L’autrice affronta la nuova figura del medico militare introdotta
all’articolo 77 del Codice di Deontologia Medica del 2014 nonché i limiti alla
sperimentazione sui soldati introdotti dall’articolo 76 del medesimo Codice.La figura che è
scaturita dall’articolo 77 del Codice di Deontologia Medica è quella di un
medico militare che non può avere doveri diversi rispetto al medico civile. Da
ciò discende che il medico militare deve svolgere la propria professione al
fine di tutelare la salute fisica e psichica del malato, nel rispetto della
volontà e delle convinzioni di quest’ultimo. Non potrà, quindi, porre in essere
procedure diagnostiche, terapeutiche o sperimentali contro la volontà del
soldato paziente, rispettandone l’autonomia. I limiti alla
sperimentazione sui soldati
Di Cinzia Scotto
Il Codice di Deontologia Medica introdotto nel maggio 2014 ha
rivoluzionato la figura del medico che opera in ambito militare.
Per la prima volta, infatti, all’articolo 77, è stato affrontato il tema
della medicina militare, precisando come nella figura del medico militare
risulti predominante la professionalità medica, sia pure inserita nella rigida
catena di comando delle Forze Armate.
Questo radicale cambiamento di impostazione è il frutto dell’evoluzione
del concetto di bioetica in ambito militare (La professione medica nei 150 anni
dell’Unità di Italia. Dalla storia al futuro.

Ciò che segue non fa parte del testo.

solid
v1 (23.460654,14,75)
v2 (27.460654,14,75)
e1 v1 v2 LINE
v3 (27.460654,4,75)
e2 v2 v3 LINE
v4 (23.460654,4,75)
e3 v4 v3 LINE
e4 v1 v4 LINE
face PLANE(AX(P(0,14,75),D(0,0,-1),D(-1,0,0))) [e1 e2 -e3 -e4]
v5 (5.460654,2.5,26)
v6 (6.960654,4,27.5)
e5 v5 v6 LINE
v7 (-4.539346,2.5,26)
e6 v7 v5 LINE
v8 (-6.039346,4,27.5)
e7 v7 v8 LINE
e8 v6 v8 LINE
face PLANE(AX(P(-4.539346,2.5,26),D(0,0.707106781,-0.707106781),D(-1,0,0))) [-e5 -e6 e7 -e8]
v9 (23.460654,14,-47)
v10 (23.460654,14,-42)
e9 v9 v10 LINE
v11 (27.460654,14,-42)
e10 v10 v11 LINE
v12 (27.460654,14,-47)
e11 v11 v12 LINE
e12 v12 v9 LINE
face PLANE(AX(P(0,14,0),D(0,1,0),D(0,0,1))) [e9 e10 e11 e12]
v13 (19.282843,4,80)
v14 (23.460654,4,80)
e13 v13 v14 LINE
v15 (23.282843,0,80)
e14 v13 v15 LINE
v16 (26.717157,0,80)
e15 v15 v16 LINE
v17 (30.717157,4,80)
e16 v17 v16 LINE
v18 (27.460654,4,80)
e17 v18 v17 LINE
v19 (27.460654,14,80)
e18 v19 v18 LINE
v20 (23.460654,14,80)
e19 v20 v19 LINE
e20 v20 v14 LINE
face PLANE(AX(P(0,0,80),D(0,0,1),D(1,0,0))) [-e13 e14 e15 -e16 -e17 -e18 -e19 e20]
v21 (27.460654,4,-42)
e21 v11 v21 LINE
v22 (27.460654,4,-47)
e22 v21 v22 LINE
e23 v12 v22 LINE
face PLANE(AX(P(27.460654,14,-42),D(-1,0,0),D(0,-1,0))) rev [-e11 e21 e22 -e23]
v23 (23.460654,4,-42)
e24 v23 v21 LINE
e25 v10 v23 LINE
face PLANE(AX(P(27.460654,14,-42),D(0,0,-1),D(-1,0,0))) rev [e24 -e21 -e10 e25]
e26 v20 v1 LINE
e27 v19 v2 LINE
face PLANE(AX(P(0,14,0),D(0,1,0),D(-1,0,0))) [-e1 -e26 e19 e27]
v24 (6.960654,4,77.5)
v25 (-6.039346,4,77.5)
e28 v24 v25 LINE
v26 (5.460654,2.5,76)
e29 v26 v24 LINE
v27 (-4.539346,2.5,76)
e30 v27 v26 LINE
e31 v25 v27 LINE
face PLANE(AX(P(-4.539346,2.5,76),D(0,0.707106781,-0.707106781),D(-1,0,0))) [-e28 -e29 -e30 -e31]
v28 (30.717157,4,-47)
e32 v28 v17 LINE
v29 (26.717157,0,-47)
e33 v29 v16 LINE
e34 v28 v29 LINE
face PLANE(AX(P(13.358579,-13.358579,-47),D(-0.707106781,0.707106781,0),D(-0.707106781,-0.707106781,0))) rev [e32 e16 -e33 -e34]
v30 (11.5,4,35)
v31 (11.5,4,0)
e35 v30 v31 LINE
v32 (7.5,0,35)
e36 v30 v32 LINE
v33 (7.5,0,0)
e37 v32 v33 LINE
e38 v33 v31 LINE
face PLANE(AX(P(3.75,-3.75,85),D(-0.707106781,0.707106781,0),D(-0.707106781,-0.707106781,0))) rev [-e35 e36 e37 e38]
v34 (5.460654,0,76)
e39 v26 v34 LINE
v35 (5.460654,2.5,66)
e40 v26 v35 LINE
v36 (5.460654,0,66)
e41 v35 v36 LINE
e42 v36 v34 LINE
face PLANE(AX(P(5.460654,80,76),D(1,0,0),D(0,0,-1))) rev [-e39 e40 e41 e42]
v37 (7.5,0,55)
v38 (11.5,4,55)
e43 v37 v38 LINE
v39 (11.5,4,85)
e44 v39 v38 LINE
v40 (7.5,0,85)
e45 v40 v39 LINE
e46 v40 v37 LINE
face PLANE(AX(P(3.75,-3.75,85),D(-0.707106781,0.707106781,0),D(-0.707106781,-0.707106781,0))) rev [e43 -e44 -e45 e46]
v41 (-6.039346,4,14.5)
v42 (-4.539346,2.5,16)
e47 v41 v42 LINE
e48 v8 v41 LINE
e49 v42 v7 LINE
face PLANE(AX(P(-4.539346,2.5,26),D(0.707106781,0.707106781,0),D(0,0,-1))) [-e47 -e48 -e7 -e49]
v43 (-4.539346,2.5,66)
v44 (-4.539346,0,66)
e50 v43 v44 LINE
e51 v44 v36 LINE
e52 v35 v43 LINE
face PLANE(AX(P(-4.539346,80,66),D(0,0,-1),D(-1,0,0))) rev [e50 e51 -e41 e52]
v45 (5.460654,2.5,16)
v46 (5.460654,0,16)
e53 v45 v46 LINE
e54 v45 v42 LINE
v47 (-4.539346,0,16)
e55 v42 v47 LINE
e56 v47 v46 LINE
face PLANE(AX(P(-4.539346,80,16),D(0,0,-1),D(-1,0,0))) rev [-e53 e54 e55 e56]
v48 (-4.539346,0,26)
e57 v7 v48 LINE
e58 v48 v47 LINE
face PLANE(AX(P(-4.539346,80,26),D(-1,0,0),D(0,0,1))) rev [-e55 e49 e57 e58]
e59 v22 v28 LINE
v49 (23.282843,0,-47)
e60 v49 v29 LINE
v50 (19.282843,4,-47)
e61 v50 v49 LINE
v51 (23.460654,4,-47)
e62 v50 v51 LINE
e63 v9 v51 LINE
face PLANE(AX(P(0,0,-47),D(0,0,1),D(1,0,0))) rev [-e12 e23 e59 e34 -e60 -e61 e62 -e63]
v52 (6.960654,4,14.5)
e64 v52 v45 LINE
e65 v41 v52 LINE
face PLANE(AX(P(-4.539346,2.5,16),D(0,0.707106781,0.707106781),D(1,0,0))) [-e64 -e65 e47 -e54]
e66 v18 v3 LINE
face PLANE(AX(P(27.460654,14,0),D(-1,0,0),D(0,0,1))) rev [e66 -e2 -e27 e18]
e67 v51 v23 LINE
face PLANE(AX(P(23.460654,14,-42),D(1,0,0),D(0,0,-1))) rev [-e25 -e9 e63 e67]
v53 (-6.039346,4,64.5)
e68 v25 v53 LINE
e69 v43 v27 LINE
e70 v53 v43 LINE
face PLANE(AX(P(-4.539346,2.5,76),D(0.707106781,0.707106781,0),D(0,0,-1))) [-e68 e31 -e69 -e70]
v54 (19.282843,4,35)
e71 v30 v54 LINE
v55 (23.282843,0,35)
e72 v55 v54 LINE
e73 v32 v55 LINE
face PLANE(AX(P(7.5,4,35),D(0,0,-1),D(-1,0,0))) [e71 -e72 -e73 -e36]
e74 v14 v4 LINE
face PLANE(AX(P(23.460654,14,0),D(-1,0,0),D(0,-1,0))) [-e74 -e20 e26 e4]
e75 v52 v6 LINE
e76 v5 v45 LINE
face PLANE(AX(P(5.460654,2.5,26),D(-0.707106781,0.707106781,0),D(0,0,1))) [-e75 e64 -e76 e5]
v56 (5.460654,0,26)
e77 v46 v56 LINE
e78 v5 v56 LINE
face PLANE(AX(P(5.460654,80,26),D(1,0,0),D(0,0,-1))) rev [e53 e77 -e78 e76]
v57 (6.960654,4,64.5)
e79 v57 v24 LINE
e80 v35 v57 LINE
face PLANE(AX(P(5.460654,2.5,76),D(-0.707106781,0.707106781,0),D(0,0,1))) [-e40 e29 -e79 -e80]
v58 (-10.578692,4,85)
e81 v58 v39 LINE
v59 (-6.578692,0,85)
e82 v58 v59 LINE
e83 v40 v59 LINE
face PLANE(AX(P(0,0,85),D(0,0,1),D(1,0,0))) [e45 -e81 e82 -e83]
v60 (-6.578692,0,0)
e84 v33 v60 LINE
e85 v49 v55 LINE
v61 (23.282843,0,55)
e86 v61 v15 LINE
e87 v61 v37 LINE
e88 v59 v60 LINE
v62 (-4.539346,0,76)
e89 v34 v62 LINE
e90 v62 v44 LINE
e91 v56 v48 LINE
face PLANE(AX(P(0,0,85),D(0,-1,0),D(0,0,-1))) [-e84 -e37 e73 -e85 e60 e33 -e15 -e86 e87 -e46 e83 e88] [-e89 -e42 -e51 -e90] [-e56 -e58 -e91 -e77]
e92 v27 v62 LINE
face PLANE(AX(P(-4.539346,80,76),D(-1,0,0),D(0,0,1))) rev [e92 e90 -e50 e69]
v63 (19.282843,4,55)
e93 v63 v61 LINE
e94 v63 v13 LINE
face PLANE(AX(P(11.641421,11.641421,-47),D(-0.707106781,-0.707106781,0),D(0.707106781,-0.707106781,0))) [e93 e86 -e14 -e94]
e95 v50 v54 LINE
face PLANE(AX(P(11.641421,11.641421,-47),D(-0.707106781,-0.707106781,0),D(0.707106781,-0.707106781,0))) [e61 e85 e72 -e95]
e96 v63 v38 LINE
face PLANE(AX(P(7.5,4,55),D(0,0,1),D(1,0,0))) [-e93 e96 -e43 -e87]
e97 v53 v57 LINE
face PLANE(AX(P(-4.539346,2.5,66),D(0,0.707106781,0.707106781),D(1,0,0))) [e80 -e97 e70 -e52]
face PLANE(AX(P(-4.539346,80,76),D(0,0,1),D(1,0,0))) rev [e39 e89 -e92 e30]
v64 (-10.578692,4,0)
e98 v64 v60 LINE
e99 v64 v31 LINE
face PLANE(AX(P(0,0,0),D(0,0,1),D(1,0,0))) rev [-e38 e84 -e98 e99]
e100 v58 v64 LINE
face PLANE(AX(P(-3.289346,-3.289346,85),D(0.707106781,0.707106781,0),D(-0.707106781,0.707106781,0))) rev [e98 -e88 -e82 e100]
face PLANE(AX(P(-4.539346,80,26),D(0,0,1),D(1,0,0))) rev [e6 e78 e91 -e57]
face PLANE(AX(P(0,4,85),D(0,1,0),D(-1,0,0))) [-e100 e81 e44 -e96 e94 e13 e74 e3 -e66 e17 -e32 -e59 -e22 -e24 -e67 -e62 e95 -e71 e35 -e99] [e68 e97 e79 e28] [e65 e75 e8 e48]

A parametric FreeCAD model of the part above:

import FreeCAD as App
import Part
import Sketcher

V = App.Vector


def edges_at(feature, points):
    """Names of the edges that pass closest to the given points."""
    edges = feature.Shape.Edges
    near = lambda p: min(range(len(edges)), key=lambda i: edges[i].distToShape(Part.Vertex(*p))[0])
    return sorted({f"Edge{near(p) + 1}" for p in points})

doc = App.newDocument("Part")
params = doc.addObject("Spreadsheet::Sheet", "Params")
for row, (alias, value) in enumerate([
    ("pad1_length", "85 mm"),
    ("sketch2_width", "10 mm"),
    ("pocket1_length", "80 mm"),
    ("pad2_length", "80 mm"),
    ("pad2_length2", "47 mm"),
    ("sketch4_height", "20 mm"),
    ("pad3_length", "4 mm"),
    ("sketch5_width", "4 mm"),
    ("sketch5_height", "5 mm"),
    ("pad4_length", "10 mm"),
    ("sketch6_width", "4 mm"),
    ("sketch6_height", "5 mm"),
    ("pad5_length", "10 mm"),
    ("chamfer_size", "1.5 mm"),
], start=1):
    params.set(f"A{row}", alias)
    params.set(f"B{row}", "=" + value)
    params.setAlias(f"B{row}", alias)

body = doc.addObject("PartDesign::Body", "Body")

# Sketch on XY plane
sketch1 = body.newObject("Sketcher::SketchObject", "Sketch")
sketch1.AttachmentSupport = (doc.getObject("XY_Plane"), [""])
sketch1.MapMode = "FlatFace"
sketch1.addGeometry([
    Part.LineSegment(V(8, 0, 0), V(12, 4, 0)),
    Part.LineSegment(V(12, 4, 0), V(-11, 4, 0)),
    Part.LineSegment(V(-11, 4, 0), V(-7, 0, 0)),
    Part.LineSegment(V(-7, 0, 0), V(8, 0, 0)),
], False)
sketch1.addConstraint([
    Sketcher.Constraint("Coincident", 0, 2, 1, 1),
    Sketcher.Constraint("Coincident", 1, 2, 2, 1),
    Sketcher.Constraint("Coincident", 2, 2, 3, 1),
    Sketcher.Constraint("Coincident", 3, 2, 0, 1),
    Sketcher.Constraint("Horizontal", 1),
    Sketcher.Constraint("Horizontal", 3),
    Sketcher.Constraint("PointOnObject", 2, 2, -1),
    Sketcher.Constraint("Perpendicular", 0, 2),
    Sketcher.Constraint("Equal", 0, 2),
    Sketcher.Constraint("DistanceY", -1, 1, 0, 2, 4.0),
    Sketcher.Constraint("DistanceX", -1, 1, 0, 2, 11.5),
    Sketcher.Constraint("DistanceX", 1, 2, 1, 1, 22.078692),
])
pad1 = body.newObject("PartDesign::Pad", "Pad")
pad1.Profile = sketch1
pad1.setExpression("Length", "Params.pad1_length")

# Sketch on XZ plane
sketch2 = body.newObject("Sketcher::SketchObject", "Sketch001")
sketch2.AttachmentSupport = (doc.getObject("XZ_Plane"), [""])
sketch2.MapMode = "FlatFace"
sketch2.addGeometry([
    Part.LineSegment(V(-5, 26, 0), V(-5, 16, 0)),  # 0
    Part.LineSegment(V(-5, 16, 0), V(5, 16, 0)),  # 1
    Part.LineSegment(V(5, 16, 0), V(5, 26, 0)),  # 2
    Part.LineSegment(V(5, 26, 0), V(-5, 26, 0)),  # 3
    Part.LineSegment(V(-5, 76, 0), V(-5, 66, 0)),  # 4
    Part.LineSegment(V(-5, 66, 0), V(5, 66, 0)),  # 5
    Part.LineSegment(V(5, 66, 0), V(5, 76, 0)),  # 6
    Part.LineSegment(V(5, 76, 0), V(-5, 76, 0)),  # 7
], False)
sketch2.addConstraint([
    Sketcher.Constraint("Coincident", 0, 2, 1, 1),
    Sketcher.Constraint("Coincident", 1, 2, 2, 1),
    Sketcher.Constraint("Coincident", 2, 2, 3, 1),
    Sketcher.Constraint("Coincident", 3, 2, 0, 1),
    Sketcher.Constraint("Coincident", 4, 2, 5, 1),
    Sketcher.Constraint("Coincident", 5, 2, 6, 1),
    Sketcher.Constraint("Coincident", 6, 2, 7, 1),
    Sketcher.Constraint("Coincident", 7, 2, 4, 1),
    Sketcher.Constraint("Vertical", 0),
    Sketcher.Constraint("Horizontal", 1),
    Sketcher.Constraint("Vertical", 2),
    Sketcher.Constraint("Horizontal", 3),
    Sketcher.Constraint("Vertical", 4),
    Sketcher.Constraint("Horizontal", 5),
    Sketcher.Constraint("Vertical", 6),
    Sketcher.Constraint("Horizontal", 7),
    Sketcher.Constraint("Vertical", 3, 2, 4, 2),
    Sketcher.Constraint("Vertical", 2, 2, 5, 2),
    Sketcher.Constraint("Equal", 7, 0),
    Sketcher.Constraint("Equal", 2, 4),
    Sketcher.Constraint("DistanceX", 1, 1, 1, 2, 10.0),
    Sketcher.Constraint("DistanceY", -1, 1, 0, 2, 16.0),
    Sketcher.Constraint("DistanceY", -1, 1, 4, 2, 66.0),
    Sketcher.Constraint("DistanceX", 0, 2, -1, 1, 4.539346),
])
sketch2.setExpression("Constraints[20]", "Params.sketch2_width")
pocket1 = body.newObject("PartDesign::Pocket", "Pocket")
pocket1.Profile = sketch2
pocket1.setExpression("Length", "Params.pocket1_length")
body2 = doc.addObject("PartDesign::Body", "Body001")

# Sketch on XY plane
sketch3 = body2.newObject("Sketcher::SketchObject", "Sketch002")
sketch3.AttachmentSupport = (doc.getObject("XY_Plane001"), [""])
sketch3.MapMode = "FlatFace"
sketch3.addGeometry([
    Part.LineSegment(V(19.3, 4, 0), V(23.3, 0, 0)),
    Part.LineSegment(V(23.3, 0, 0), V(26.7, 0, 0)),
    Part.LineSegment(V(26.7, 0, 0), V(30.7, 4, 0)),
    Part.LineSegment(V(30.7, 4, 0), V(19.3, 4, 0)),
], False)
sketch3.addConstraint([
    Sketcher.Constraint("Coincident", 0, 2, 1, 1),
    Sketcher.Constraint("Coincident", 1, 2, 2, 1),
    Sketcher.Constraint("Coincident", 2, 2, 3, 1),
    Sketcher.Constraint("Coincident", 3, 2, 0, 1),
    Sketcher.Constraint("Horizontal", 1),
    Sketcher.Constraint("Horizontal", 3),
    Sketcher.Constraint("PointOnObject", 0, 2, -1),
    Sketcher.Constraint("Perpendicular", 0, 2),
    Sketcher.Constraint("Equal", 0, 2),
    Sketcher.Constraint("DistanceY", -1, 1, 2, 2, 4.0),
    Sketcher.Constraint("DistanceX", 1, 1, 1, 2, 3.434315),
    Sketcher.Constraint("DistanceX", -1, 1, 0, 2, 23.282843),
])
pad2 = body2.newObject("PartDesign::Pad", "Pad001")
pad2.Profile = sketch3
pad2.Type = "TwoLengths"
pad2.setExpression("Length", "Params.pad2_length")
pad2.setExpression("Length2", "Params.pad2_length2")
body.AllowCompound = True
doc.recompute()

boolean = body.newObject("PartDesign::Boolean", "Boolean")
boolean.Type = "Fuse"
boolean.addObjects([body2])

Sanità Militare e società civile.
La Maddalena, 30 settembre-1 ottobre 2011)
Un autore sostiene che questo cambiamento di atteggiamento è stato
probabilmente determinato dall’inserimento delle donne nelle Forze Armate (Maurizio
Balistrieri, Il medico militare e il paziente soldato: la bioetica militare di
fronte alla violenza della guerra) e dalla natura delle guerre degli ultimi
anni, che vedono i mezzi meccanici sempre più protagonisti rispetto ai soldati.
Va, peraltro, rilevato che il presupposto etico alla base della nuova
concezione del medico militare e del militare più in generale è il ripudio
della guerra “come strumento di offesa alla liberà degli altri popoli e come
mezzo di risoluzione delle controversie internazionali”(articolo 11
Costituzione Italiana).
La figura che è scaturita dall’articolo 77 del Codice di Deontologia
Medica è quella di un medico militare che non può avere doveri diversi rispetto
al medico civile. Da ciò discende che il medico militare deve svolgere la
propria professione al fine di tutelare la salute fisica e psichica del malato,
nel rispetto della volontà e delle convinzioni di quest’ultimo. Non potrà,
quindi, porre in essere procedure diagnostiche, terapeutiche o sperimentali
contro la volontà del soldato paziente, rispettandone l’autonomia.
Dovrà, inoltre, astenersi da atti che possono in qualsiasi modo
costituire partecipazione o complicità o incitamento alla tortura o che
rappresentano punizioni crudeli o degradanti.
È evidente che tale impostazione è contrapposta a quella di quanti
ritengono che le esigenze militari impongano al medico militare di adottare
un’etica deontologica più blanda, dando priorità ai possibili vantaggi bellici.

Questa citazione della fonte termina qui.